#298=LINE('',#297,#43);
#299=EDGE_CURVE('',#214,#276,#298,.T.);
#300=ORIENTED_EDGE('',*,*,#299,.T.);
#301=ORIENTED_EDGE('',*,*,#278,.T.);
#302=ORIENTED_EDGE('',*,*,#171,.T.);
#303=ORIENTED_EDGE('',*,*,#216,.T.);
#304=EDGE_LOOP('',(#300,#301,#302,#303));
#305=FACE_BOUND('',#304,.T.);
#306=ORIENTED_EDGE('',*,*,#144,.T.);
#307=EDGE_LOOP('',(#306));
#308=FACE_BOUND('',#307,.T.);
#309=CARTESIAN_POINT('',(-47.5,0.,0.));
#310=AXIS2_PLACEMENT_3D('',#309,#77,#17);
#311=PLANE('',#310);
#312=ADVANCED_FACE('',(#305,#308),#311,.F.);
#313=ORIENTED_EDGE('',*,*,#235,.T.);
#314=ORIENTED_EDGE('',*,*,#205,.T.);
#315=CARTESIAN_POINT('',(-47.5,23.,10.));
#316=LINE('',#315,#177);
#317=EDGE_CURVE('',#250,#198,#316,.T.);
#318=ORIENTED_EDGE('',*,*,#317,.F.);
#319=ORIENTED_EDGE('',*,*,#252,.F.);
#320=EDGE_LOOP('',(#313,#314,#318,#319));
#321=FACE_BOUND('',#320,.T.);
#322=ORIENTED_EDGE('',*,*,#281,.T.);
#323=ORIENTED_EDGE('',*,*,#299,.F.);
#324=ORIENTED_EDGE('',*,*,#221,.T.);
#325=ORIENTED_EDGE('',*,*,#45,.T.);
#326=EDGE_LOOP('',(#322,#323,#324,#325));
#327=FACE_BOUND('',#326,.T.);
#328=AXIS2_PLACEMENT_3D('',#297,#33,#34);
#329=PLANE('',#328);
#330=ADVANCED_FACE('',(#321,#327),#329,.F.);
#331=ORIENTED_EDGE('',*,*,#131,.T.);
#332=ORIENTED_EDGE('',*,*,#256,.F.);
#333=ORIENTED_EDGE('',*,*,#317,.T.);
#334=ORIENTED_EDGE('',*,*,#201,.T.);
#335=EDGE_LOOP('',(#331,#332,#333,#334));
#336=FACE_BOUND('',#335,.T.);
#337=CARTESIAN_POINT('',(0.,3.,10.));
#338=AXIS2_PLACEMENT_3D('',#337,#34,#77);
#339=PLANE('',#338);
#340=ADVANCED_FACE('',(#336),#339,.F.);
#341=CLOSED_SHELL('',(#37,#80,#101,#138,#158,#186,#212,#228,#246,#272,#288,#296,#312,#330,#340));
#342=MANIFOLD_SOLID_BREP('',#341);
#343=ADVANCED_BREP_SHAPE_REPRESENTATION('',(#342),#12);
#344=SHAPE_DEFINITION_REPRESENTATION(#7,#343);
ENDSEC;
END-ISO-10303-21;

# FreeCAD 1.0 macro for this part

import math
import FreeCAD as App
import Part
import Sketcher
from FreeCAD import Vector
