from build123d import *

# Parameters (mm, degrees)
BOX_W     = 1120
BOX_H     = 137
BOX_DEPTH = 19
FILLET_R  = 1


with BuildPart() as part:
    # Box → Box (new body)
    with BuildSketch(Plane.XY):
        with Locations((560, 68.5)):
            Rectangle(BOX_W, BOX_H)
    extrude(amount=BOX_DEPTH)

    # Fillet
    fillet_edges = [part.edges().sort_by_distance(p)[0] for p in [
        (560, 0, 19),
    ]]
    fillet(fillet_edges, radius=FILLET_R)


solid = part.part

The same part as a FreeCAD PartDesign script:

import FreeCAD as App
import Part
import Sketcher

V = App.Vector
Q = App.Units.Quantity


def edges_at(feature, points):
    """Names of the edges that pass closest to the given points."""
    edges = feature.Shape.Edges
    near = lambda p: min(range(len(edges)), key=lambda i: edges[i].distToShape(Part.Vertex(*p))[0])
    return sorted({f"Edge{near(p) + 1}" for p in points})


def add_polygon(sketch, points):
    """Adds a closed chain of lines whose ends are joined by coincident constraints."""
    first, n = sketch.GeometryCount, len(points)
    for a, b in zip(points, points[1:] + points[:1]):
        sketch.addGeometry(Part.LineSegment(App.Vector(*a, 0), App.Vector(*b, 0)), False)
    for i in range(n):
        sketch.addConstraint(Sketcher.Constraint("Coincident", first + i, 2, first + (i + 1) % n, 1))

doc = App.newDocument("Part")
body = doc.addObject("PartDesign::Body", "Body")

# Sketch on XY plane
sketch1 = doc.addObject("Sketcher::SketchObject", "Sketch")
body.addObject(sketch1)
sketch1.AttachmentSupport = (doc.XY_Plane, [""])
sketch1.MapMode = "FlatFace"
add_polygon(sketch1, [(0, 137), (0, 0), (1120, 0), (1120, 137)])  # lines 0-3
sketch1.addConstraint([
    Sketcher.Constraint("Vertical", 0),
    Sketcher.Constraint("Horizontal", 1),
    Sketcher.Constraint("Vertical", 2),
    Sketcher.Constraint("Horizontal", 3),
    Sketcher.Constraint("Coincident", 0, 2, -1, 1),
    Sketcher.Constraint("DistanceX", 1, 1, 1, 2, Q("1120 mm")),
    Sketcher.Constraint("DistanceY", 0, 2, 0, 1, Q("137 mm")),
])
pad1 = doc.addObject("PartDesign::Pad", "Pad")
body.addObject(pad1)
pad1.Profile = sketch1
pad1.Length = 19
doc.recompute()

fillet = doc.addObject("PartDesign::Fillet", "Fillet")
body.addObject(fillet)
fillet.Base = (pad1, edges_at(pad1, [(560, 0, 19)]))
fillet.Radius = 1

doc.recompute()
= = = =
Task instructions:
From the first line of the material above down to the line with "#311=PLANE('',#310);", output each line exactly; include both of those lines and add no others.

Completed task:
#298=LINE('',#297,#43);
#299=EDGE_CURVE('',#214,#276,#298,.T.);
#300=ORIENTED_EDGE('',*,*,#299,.T.);
#301=ORIENTED_EDGE('',*,*,#278,.T.);
#302=ORIENTED_EDGE('',*,*,#171,.T.);
#303=ORIENTED_EDGE('',*,*,#216,.T.);
#304=EDGE_LOOP('',(#300,#301,#302,#303));
#305=FACE_BOUND('',#304,.T.);
#306=ORIENTED_EDGE('',*,*,#144,.T.);
#307=EDGE_LOOP('',(#306));
#308=FACE_BOUND('',#307,.T.);
#309=CARTESIAN_POINT('',(-47.5,0.,0.));
#310=AXIS2_PLACEMENT_3D('',#309,#77,#17);
#311=PLANE('',#310);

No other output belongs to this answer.